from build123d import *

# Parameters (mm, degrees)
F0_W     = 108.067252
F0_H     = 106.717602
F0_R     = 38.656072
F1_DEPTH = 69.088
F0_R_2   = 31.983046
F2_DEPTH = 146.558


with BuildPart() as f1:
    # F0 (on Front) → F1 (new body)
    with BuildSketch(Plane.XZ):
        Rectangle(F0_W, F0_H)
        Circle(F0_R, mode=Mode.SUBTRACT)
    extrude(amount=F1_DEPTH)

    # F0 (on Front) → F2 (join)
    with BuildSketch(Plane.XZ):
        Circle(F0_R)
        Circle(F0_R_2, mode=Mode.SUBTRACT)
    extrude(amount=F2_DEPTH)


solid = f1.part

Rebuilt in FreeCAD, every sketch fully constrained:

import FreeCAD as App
import Part
import Sketcher
from FreeCAD import Vector
Q = App.Units.Quantity

doc = App.newDocument("Part")
body = doc.addObject("PartDesign::Body", "Body")

# Sketch on XZ plane
sketch1 = body.newObject("Sketcher::SketchObject", "Sketch")
sketch1.AttachmentSupport = (doc.getObject("XZ_Plane"), [""])
sketch1.MapMode = "FlatFace"
sketch1.addGeometry(Part.LineSegment(Vector(-54, 53, 0), Vector(-54, -53, 0)), False)
sketch1.addGeometry(Part.LineSegment(Vector(-54, -53, 0), Vector(54, -53, 0)), False)
sketch1.addGeometry(Part.LineSegment(Vector(54, -53, 0), Vector(54, 53, 0)), False)
sketch1.addGeometry(Part.LineSegment(Vector(54, 53, 0), Vector(-54, 53, 0)), False)
sketch1.addGeometry(Part.Circle(Vector(0, 0, 0), Vector(0, 0, 1), 39), False)
sketch1.addConstraint(Sketcher.Constraint("Coincident", 0, 2, 1, 1))
sketch1.addConstraint(Sketcher.Constraint("Coincident", 1, 2, 2, 1))
sketch1.addConstraint(Sketcher.Constraint("Coincident", 2, 2, 3, 1))
sketch1.addConstraint(Sketcher.Constraint("Coincident", 3, 2, 0, 1))
sketch1.addConstraint(Sketcher.Constraint("Vertical", 0))
sketch1.addConstraint(Sketcher.Constraint("Horizontal", 1))
sketch1.addConstraint(Sketcher.Constraint("Vertical", 2))
sketch1.addConstraint(Sketcher.Constraint("Horizontal", 3))
sketch1.addConstraint(Sketcher.Constraint("Coincident", 4, 3, -1, 1))
sketch1.addConstraint(Sketcher.Constraint("Symmetric", 0, 2, 2, 2, -1, 1))
sketch1.addConstraint(Sketcher.Constraint("Diameter", 4, Q("77.312144 mm")))
sketch1.addConstraint(Sketcher.Constraint("DistanceY", 0, 2, 0, 1, Q("106.717602 mm")))
sketch1.addConstraint(Sketcher.Constraint("DistanceX", 1, 1, 1, 2, Q("108.067252 mm")))
pad1 = body.newObject("PartDesign::Pad", "Pad")
pad1.Profile = sketch1
pad1.Length = Q("2.72 in")

# Sketch on XZ plane
sketch2 = body.newObject("Sketcher::SketchObject", "Sketch001")
sketch2.AttachmentSupport = (doc.getObject("XZ_Plane"), [""])
sketch2.MapMode = "FlatFace"
sketch2.addGeometry(Part.Circle(Vector(0, 0, 0), Vector(0, 0, 1), 39), False)
sketch2.addGeometry(Part.Circle(Vector(0, 0, 0), Vector(0, 0, 1), 32), False)
sketch2.addConstraint(Sketcher.Constraint("Coincident", 0, 3, -1, 1))
sketch2.addConstraint(Sketcher.Constraint("Coincident", 1, 3, -1, 1))
sketch2.addConstraint(Sketcher.Constraint("Diameter", 0, Q("77.312144 mm")))
sketch2.addConstraint(Sketcher.Constraint("Diameter", 1, Q("63.966092 mm")))
pad2 = body.newObject("PartDesign::Pad", "Pad001")
pad2.Profile = sketch2
pad2.Length = Q("5.77 in")

doc.recompute()
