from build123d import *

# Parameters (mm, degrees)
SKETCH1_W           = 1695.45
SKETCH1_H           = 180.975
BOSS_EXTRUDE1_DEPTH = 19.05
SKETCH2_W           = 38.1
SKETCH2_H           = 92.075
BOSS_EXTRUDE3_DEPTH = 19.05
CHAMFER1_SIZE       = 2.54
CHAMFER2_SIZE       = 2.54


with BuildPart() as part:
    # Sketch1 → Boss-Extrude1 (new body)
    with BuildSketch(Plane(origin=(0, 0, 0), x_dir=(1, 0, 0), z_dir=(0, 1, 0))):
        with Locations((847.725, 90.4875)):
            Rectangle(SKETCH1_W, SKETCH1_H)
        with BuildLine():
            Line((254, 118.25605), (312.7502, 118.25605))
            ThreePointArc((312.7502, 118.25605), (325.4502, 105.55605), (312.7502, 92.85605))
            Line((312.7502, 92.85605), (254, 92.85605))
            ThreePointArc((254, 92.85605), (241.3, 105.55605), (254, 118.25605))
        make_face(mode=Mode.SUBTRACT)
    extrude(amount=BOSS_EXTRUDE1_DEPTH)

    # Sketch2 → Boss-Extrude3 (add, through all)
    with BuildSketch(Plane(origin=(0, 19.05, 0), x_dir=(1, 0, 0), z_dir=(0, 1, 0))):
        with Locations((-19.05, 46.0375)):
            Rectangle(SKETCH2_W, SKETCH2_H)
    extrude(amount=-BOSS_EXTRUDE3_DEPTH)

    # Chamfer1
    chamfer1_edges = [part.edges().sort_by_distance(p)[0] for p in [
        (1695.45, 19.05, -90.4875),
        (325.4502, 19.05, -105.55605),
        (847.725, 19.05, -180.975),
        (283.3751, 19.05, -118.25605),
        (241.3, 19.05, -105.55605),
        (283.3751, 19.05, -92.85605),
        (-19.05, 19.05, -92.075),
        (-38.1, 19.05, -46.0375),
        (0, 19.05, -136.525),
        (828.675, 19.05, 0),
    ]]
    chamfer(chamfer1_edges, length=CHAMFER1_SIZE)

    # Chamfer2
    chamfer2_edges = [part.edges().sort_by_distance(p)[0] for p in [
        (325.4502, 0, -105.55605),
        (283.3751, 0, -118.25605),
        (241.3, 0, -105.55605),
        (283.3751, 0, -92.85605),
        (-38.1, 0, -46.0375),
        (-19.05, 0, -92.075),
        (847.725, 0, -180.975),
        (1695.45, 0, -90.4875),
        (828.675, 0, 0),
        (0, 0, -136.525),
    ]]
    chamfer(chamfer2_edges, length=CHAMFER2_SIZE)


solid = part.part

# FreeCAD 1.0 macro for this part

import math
import FreeCAD as App
import Part
import Sketcher
from FreeCAD import Vector
Q = App.Units.Quantity


def edges_at(feature, points):
    """Names of the edges that pass closest to the given points."""
    edges = feature.Shape.Edges
    near = lambda p: min(range(len(edges)), key=lambda i: edges[i].distToShape(Part.Vertex(*p))[0])
    return sorted({f"Edge{near(p) + 1}" for p in points})

doc = App.newDocument("Part")
body = doc.addObject("PartDesign::Body", "Body")

sketch1 = body.newObject("Sketcher::SketchObject", "Sketch")
sketch1.AttachmentSupport = (doc.getObject("XZ_Plane"), [""])
sketch1.MapMode = "FlatFace"
sketch1.addGeometry([
    Part.LineSegment(Vector(0, -181, 0), Vector(0, 0, 0)),
    Part.LineSegment(Vector(0, 0, 0), Vector(1695, 0, 0)),
    Part.LineSegment(Vector(1695, 0, 0), Vector(1695, -181, 0)),
    Part.LineSegment(Vector(1695, -181, 0), Vector(0, -181, 0)),
    Part.ArcOfCircle(Part.Circle(Vector(254, -106, 0), Vector(0, 0, 1), 13), math.radians(90), math.radians(270)),
    Part.LineSegment(Vector(254, -118, 0), Vector(313, -118, 0)),
    Part.ArcOfCircle(Part.Circle(Vector(313, -106, 0), Vector(0, 0, 1), 13), math.radians(-90), math.radians(90)),
    Part.LineSegment(Vector(313, -93, 0), Vector(254, -93, 0)),
], False)
sketch1.addConstraint([
    Sketcher.Constraint("Coincident", 0, 2, 1, 1),
    Sketcher.Constraint("Coincident", 1, 2, 2, 1),
    Sketcher.Constraint("Coincident", 2, 2, 3, 1),
    Sketcher.Constraint("Coincident", 3, 2, 0, 1),
    Sketcher.Constraint("Tangent", 4, 2, 5, 1),
    Sketcher.Constraint("Tangent", 5, 2, 6, 1),
    Sketcher.Constraint("Tangent", 6, 2, 7, 1),
    Sketcher.Constraint("Tangent", 7, 2, 4, 1),
    Sketcher.Constraint("Vertical", 0),
    Sketcher.Constraint("Horizontal", 1),
    Sketcher.Constraint("Vertical", 2),
    Sketcher.Constraint("Horizontal", 3),
    Sketcher.Constraint("Horizontal", 5),
    Sketcher.Constraint("Horizontal", 7),
    Sketcher.Constraint("Coincident", 0, 2, -1, 1),
    Sketcher.Constraint("Radius", 4, Q("0.5 in")),
    Sketcher.Constraint("DistanceX", -1, 1, 4, 3, Q("10 in")),
    Sketcher.Constraint("DistanceX", 1, 1, 1, 2, Q("66.75 in")),
    Sketcher.Constraint("DistanceX", 5, 1, 5, 2, Q("2.313 in")),
    Sketcher.Constraint("DistanceY", 0, 1, 0, 2, Q("7.125 in")),
    Sketcher.Constraint("DistanceY", 4, 3, -1, 1, Q("105.55605 mm")),
])
pad1 = body.newObject("PartDesign::Pad", "Pad")
pad1.Profile = sketch1
pad1.Length = Q("0.75 in")
pad1.Reversed = True

sketch2 = body.newObject("Sketcher::SketchObject", "Sketch001")
sketch2.AttachmentSupport = (doc.getObject("XZ_Plane"), [""])
sketch2.MapMode = "FlatFace"
sketch2.AttachmentOffset = App.Placement(Vector(0, 0, -0.75 * 25.4), App.Rotation())
sketch2.addGeometry([
    Part.LineSegment(Vector(-38, -92, 0), Vector(-38, 0, 0)),
    Part.LineSegment(Vector(-38, 0, 0), Vector(0, 0, 0)),
    Part.LineSegment(Vector(0, 0, 0), Vector(0, -92, 0)),
    Part.LineSegment(Vector(0, -92, 0), Vector(-38, -92, 0)),
], False)
sketch2.addConstraint([
    Sketcher.Constraint("Coincident", 0, 2, 1, 1),
    Sketcher.Constraint("Coincident", 1, 2, 2, 1),
    Sketcher.Constraint("Coincident", 2, 2, 3, 1),
    Sketcher.Constraint("Coincident", 3, 2, 0, 1),
    Sketcher.Constraint("Vertical", 0),
    Sketcher.Constraint("Horizontal", 1),
    Sketcher.Constraint("Vertical", 2),
    Sketcher.Constraint("Horizontal", 3),
    Sketcher.Constraint("Coincident", 1, 2, -1, 1),
    Sketcher.Constraint("DistanceX", 1, 1, 1, 2, Q("1.5 in")),
    Sketcher.Constraint("DistanceY", 0, 1, 0, 2, Q("3.625 in")),
])
pad2 = body.newObject("PartDesign::Pad", "Pad001")
pad2.Profile = sketch2
pad2.Length = Q("0.75 in")
doc.recompute()

chamfer = body.newObject("PartDesign::Chamfer", "Chamfer")
chamfer.Base = (pad2, edges_at(pad2, [
    (1695.45, 19.05, -90.487),
    (325.45, 19.05, -105.556),
    (847.725, 19.05, -180.975),
    (283.375, 19.05, -118.256),
    (241.3, 19.05, -105.556),
    (283.375, 19.05, -92.856),
    (-19.05, 19.05, -92.075),
    (-38.1, 19.05, -46.038),
    (0, 19.05, -136.525),
    (828.675, 19.05, 0),
]))
chamfer.Size = Q("0.1 in")
doc.recompute()

chamfer2 = body.newObject("PartDesign::Chamfer", "Chamfer001")
chamfer2.Base = (chamfer, edges_at(chamfer, [
    (325.45, 0, -105.556),
    (283.375, 0, -118.256),
    (241.3, 0, -105.556),
    (283.375, 0, -92.856),
    (-38.1, 0, -46.038),
    (-19.05, 0, -92.075),
    (847.725, 0, -180.975),
    (1695.45, 0, -90.487),
    (828.675, 0, 0),
    (0, 0, -136.525),
]))
chamfer2.Size = Q("0.1 in")

doc.recompute()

☆ ☆ ☆ ☆ ☆

» **TASK REQUIREMENTS**: Each line from the first line of the listing through the line containing "solid = f1.part" must be set down exactly; no other line belongs in the answer.

» **THE COMPLETED TASK**:
from build123d import *

# Parameters (mm, degrees)
F0_W     = 108.067252
F0_H     = 106.717602
F0_R     = 38.656072
F1_DEPTH = 69.088
F0_R_2   = 31.983046
F2_DEPTH = 146.558


with BuildPart() as f1:
    # F0 (on Front) → F1 (new body)
    with BuildSketch(Plane.XZ):
        Rectangle(F0_W, F0_H)
        Circle(F0_R, mode=Mode.SUBTRACT)
    extrude(amount=F1_DEPTH)

    # F0 (on Front) → F2 (join)
    with BuildSketch(Plane.XZ):
        Circle(F0_R)
        Circle(F0_R_2, mode=Mode.SUBTRACT)
    extrude(amount=F2_DEPTH)


solid = f1.part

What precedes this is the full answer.